Intel corporation (20240214279). MULTI-NODE SERVICE RESILIENCY simplified abstract
Contents
- 1 MULTI-NODE SERVICE RESILIENCY
- 1.1 Organization Name
- 1.2 Inventor(s)
- 1.3 MULTI-NODE SERVICE RESILIENCY - A simplified explanation of the abstract
- 1.4 Simplified Explanation
- 1.5 Key Features and Innovation
- 1.6 Potential Applications
- 1.7 Problems Solved
- 1.8 Benefits
- 1.9 Commercial Applications
- 1.10 Prior Art
- 1.11 Frequently Updated Research
- 1.12 Questions about Reliability-Based Data Processing
- 1.13 Original Abstract Submitted
MULTI-NODE SERVICE RESILIENCY
Organization Name
Inventor(s)
Matthew J. Adiletta of Bolton MA (US)
Susanne M. Balle of Hudson NH (US)
Patrick Connor of Beaverton OR (US)
MULTI-NODE SERVICE RESILIENCY - A simplified explanation of the abstract
This abstract first appeared for US patent application 20240214279 titled 'MULTI-NODE SERVICE RESILIENCY
Simplified Explanation
The patent application discusses a method for determining whether to process data based on a reliability metric, such as memory health and computational accuracy.

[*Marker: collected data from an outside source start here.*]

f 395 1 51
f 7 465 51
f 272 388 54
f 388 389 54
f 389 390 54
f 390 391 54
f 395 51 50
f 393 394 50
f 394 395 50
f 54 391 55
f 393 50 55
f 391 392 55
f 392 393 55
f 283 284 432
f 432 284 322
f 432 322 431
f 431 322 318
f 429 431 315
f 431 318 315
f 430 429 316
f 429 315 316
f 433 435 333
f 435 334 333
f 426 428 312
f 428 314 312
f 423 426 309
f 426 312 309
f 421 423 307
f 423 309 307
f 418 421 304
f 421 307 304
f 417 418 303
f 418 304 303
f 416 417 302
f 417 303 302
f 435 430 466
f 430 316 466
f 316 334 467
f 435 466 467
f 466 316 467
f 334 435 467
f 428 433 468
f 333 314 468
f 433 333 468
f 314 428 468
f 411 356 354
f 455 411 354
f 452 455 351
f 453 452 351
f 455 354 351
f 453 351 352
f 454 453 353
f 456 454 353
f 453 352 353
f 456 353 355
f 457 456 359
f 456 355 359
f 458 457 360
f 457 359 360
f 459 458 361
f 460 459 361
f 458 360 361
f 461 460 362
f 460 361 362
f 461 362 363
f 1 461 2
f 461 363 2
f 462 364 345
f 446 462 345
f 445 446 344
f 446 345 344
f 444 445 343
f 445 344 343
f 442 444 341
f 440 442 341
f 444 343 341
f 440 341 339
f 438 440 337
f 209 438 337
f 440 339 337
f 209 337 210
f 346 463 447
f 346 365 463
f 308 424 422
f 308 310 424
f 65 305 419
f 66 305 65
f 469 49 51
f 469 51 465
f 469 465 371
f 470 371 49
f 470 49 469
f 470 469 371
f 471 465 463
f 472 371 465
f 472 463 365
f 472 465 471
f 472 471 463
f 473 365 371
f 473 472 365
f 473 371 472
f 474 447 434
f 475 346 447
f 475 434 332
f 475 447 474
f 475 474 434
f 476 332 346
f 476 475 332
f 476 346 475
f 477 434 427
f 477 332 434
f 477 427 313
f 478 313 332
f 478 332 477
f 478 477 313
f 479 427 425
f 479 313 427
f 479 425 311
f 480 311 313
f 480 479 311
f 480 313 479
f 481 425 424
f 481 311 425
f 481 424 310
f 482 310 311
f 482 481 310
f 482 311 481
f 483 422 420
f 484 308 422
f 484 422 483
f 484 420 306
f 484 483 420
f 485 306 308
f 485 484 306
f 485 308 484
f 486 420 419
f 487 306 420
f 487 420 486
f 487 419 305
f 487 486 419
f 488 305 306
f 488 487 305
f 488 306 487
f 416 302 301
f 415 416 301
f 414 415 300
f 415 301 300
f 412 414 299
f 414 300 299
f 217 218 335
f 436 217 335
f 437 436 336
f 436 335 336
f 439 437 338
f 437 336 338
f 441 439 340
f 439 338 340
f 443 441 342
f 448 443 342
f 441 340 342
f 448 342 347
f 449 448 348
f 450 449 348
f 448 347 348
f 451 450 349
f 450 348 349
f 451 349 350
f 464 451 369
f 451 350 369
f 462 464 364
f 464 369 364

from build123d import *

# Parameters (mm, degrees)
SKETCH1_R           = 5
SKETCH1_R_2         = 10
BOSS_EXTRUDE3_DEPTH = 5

Key Features and Innovation
- Decision-making process based on a reliability metric.
- Utilization of multiple microservices for data processing.

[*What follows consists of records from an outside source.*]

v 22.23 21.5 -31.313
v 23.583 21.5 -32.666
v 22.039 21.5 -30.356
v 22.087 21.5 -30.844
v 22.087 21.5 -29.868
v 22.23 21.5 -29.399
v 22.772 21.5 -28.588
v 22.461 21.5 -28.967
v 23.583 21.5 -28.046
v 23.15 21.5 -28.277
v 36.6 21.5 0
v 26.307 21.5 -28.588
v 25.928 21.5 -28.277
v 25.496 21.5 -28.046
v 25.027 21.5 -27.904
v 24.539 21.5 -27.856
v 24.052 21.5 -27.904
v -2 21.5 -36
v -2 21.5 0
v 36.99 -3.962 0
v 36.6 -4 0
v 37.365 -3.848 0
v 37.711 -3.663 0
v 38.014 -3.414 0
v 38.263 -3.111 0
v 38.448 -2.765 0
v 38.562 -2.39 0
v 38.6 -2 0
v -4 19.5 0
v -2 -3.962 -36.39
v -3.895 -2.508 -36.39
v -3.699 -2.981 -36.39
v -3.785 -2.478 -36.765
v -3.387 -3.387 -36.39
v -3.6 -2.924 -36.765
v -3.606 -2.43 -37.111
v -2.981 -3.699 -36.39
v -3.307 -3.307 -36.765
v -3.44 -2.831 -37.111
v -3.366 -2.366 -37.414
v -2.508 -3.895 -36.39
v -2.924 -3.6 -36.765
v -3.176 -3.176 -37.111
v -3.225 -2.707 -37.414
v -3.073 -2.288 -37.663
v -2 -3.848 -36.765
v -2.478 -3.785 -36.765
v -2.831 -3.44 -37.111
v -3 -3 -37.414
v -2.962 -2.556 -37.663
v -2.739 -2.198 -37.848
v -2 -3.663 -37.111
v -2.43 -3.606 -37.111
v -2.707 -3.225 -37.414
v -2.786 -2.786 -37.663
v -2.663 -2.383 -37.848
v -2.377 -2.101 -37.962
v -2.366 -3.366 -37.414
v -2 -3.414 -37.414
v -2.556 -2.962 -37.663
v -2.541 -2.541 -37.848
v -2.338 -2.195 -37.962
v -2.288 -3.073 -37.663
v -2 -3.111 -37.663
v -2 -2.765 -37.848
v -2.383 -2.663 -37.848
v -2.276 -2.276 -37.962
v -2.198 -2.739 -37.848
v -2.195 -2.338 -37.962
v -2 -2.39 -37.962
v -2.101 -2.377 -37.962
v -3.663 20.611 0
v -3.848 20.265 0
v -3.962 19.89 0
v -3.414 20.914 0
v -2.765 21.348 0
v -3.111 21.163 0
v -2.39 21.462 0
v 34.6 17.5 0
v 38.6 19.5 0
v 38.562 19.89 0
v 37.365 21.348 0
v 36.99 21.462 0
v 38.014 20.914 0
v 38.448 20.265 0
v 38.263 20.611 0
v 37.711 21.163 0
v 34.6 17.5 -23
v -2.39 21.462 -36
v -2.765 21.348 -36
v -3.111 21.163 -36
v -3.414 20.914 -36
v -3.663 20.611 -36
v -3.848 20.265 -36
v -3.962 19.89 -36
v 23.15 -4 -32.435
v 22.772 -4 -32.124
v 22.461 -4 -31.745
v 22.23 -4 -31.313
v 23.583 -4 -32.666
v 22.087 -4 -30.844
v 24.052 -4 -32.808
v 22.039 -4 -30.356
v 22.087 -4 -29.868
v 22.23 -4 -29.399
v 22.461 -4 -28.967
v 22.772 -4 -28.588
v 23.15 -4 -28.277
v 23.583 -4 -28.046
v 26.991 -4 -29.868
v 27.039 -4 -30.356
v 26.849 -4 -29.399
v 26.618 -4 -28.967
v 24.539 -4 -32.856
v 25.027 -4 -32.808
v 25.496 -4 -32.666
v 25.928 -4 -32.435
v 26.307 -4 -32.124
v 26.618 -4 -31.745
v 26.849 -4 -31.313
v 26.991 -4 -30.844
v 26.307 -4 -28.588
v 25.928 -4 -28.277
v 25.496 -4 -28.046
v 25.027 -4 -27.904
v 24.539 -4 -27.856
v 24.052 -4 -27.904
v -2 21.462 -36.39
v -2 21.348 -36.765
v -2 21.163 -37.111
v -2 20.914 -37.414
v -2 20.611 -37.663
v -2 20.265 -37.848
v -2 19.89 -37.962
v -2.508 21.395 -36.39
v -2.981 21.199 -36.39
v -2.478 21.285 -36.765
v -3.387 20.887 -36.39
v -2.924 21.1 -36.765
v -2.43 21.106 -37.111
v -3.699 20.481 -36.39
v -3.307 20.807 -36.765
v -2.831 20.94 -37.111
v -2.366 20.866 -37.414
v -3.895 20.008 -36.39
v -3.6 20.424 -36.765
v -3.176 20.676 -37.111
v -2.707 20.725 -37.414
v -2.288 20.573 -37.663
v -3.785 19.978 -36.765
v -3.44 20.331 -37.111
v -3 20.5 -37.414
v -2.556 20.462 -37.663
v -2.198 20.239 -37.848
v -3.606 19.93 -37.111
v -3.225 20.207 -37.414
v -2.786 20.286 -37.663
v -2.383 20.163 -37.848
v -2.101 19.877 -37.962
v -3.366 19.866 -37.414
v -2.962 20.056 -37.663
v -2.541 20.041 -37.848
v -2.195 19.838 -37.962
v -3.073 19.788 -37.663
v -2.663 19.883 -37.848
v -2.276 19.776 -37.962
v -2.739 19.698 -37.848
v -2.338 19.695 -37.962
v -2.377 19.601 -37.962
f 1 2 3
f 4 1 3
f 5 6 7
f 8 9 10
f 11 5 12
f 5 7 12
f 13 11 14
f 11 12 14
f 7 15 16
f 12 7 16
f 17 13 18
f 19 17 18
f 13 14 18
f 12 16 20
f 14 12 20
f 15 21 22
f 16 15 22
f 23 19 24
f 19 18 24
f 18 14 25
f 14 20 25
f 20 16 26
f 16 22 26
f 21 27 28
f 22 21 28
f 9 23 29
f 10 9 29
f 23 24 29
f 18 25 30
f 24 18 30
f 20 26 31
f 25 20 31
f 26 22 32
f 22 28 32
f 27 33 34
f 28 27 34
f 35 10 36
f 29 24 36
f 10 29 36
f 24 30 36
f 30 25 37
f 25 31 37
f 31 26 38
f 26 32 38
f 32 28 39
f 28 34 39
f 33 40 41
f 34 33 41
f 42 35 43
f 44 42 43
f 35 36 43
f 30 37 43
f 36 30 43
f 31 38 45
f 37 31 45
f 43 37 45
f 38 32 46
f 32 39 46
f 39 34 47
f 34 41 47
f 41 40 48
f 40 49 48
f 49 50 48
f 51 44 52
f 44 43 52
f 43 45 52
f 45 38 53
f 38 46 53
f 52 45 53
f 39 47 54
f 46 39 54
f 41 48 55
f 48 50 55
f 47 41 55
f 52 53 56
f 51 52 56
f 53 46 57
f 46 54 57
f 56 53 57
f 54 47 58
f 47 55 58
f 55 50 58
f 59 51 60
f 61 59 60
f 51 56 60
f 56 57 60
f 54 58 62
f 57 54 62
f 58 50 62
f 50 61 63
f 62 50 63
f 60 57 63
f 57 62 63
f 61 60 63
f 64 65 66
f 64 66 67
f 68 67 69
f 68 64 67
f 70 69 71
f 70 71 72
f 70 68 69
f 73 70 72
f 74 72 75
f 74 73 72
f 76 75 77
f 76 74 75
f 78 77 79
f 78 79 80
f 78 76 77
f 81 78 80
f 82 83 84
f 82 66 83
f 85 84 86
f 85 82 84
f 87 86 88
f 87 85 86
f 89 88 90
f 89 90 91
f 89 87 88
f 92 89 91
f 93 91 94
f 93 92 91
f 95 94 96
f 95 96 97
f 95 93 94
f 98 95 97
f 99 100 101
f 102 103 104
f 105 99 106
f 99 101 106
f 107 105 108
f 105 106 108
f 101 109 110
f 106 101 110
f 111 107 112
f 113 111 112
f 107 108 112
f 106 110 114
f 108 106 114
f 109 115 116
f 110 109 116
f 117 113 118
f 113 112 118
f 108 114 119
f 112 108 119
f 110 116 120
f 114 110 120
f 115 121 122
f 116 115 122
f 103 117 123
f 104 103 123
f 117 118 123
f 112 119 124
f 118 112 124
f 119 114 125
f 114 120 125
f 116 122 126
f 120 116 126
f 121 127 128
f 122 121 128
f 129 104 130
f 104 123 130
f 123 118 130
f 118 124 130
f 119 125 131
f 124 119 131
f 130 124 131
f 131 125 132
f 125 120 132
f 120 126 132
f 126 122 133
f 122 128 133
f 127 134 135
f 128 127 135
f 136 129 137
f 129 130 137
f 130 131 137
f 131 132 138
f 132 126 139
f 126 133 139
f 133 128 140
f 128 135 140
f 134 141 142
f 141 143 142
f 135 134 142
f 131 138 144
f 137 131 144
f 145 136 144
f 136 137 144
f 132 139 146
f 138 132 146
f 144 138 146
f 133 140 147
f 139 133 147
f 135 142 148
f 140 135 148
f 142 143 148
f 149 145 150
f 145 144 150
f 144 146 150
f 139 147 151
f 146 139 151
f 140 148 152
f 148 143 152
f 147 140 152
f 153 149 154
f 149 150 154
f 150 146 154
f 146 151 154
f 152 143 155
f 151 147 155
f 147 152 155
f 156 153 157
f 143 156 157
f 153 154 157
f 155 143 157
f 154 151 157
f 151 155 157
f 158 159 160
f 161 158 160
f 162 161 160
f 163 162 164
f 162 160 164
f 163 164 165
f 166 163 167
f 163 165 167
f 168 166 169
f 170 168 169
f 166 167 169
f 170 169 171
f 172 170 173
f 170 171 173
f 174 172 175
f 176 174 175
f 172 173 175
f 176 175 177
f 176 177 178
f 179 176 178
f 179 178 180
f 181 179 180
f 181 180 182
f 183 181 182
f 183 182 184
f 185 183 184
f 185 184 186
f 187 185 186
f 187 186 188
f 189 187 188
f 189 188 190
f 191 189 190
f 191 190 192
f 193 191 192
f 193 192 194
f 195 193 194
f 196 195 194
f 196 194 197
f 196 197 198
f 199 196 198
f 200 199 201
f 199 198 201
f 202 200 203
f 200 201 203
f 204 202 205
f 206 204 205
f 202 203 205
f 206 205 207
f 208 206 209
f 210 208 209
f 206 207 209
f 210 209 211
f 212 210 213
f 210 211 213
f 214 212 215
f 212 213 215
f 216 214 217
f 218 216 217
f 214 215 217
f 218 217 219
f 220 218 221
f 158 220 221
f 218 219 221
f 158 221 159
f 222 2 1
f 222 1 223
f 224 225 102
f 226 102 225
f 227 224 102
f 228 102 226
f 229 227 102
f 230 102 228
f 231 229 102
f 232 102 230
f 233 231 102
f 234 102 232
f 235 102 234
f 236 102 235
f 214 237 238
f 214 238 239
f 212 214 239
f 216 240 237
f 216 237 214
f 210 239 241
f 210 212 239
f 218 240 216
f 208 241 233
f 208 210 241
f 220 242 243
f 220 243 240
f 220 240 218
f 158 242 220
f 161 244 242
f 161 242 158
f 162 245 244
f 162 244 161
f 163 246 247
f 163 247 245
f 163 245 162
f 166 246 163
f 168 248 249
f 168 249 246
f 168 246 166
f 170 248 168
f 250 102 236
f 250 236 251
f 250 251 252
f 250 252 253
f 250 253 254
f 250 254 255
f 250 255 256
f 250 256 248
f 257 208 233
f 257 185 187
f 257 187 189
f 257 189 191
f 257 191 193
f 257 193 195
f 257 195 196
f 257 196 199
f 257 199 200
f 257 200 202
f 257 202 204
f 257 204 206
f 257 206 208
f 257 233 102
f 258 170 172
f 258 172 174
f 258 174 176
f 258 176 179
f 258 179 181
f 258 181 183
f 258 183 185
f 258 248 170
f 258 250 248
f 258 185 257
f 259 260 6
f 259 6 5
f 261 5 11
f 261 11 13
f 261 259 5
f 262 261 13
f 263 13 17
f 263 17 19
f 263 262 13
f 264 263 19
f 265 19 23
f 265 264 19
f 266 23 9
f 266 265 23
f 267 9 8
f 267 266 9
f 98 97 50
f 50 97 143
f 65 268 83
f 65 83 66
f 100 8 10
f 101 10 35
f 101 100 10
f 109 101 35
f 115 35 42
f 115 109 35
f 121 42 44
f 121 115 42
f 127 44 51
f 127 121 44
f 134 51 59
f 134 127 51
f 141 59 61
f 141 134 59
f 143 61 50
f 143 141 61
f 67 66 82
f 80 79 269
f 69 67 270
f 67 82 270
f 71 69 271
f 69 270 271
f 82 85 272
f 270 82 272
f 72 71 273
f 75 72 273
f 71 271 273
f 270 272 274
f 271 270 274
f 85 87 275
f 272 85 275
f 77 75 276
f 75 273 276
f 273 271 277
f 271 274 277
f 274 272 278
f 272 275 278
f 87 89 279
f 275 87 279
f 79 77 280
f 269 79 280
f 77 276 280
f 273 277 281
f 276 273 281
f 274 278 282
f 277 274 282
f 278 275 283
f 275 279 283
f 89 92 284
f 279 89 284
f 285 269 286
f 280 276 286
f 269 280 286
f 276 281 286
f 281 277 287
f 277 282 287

- Incorporation of memory health and computational accuracy indicators in the reliability metric.
Potential Applications
This technology can be applied in various industries such as healthcare, finance, and telecommunications for efficient data processing and decision-making based on reliability metrics.
Problems Solved
- Ensures data processing based on reliable metrics.
- Improves overall system performance and accuracy.
- Enhances decision-making processes in real-time applications.
Benefits
- Increased reliability in data processing.
- Improved system efficiency and accuracy.
- Enhanced decision-making capabilities based on reliable metrics.
Commercial Applications
- "Reliability-Based Data Processing System for Real-Time Applications": Implementing this technology in real-time applications can improve decision-making processes and overall system performance.
Prior Art
Further research can be conducted in the field of reliability metrics for data processing to explore existing technologies and innovations.
Frequently Updated Research
Stay updated on advancements in reliability metrics for data processing to enhance the efficiency and accuracy of decision-making processes.
Questions about Reliability-Based Data Processing
How does the reliability metric impact the decision-making process in data processing?
The reliability metric determines whether to process data based on indicators like memory health and computational accuracy, ensuring more reliable outcomes.
What are the potential implications of utilizing multiple microservices for data processing based on reliability metrics?
By using multiple microservices, the system can efficiently process data and make decisions in real-time applications, improving overall performance and accuracy.
Original Abstract Submitted
examples described herein relate to determining whether to process or not process data based on a reliability metric. for example, based on receiving a response to a request to a first microservice, with the reliability metric, from one or more servers, a decision can be made of whether to process, by a second microservice, a result associated with the response based on the reliability metric. in some examples, the reliability metric comprises an indicator of memory health and computational accuracy.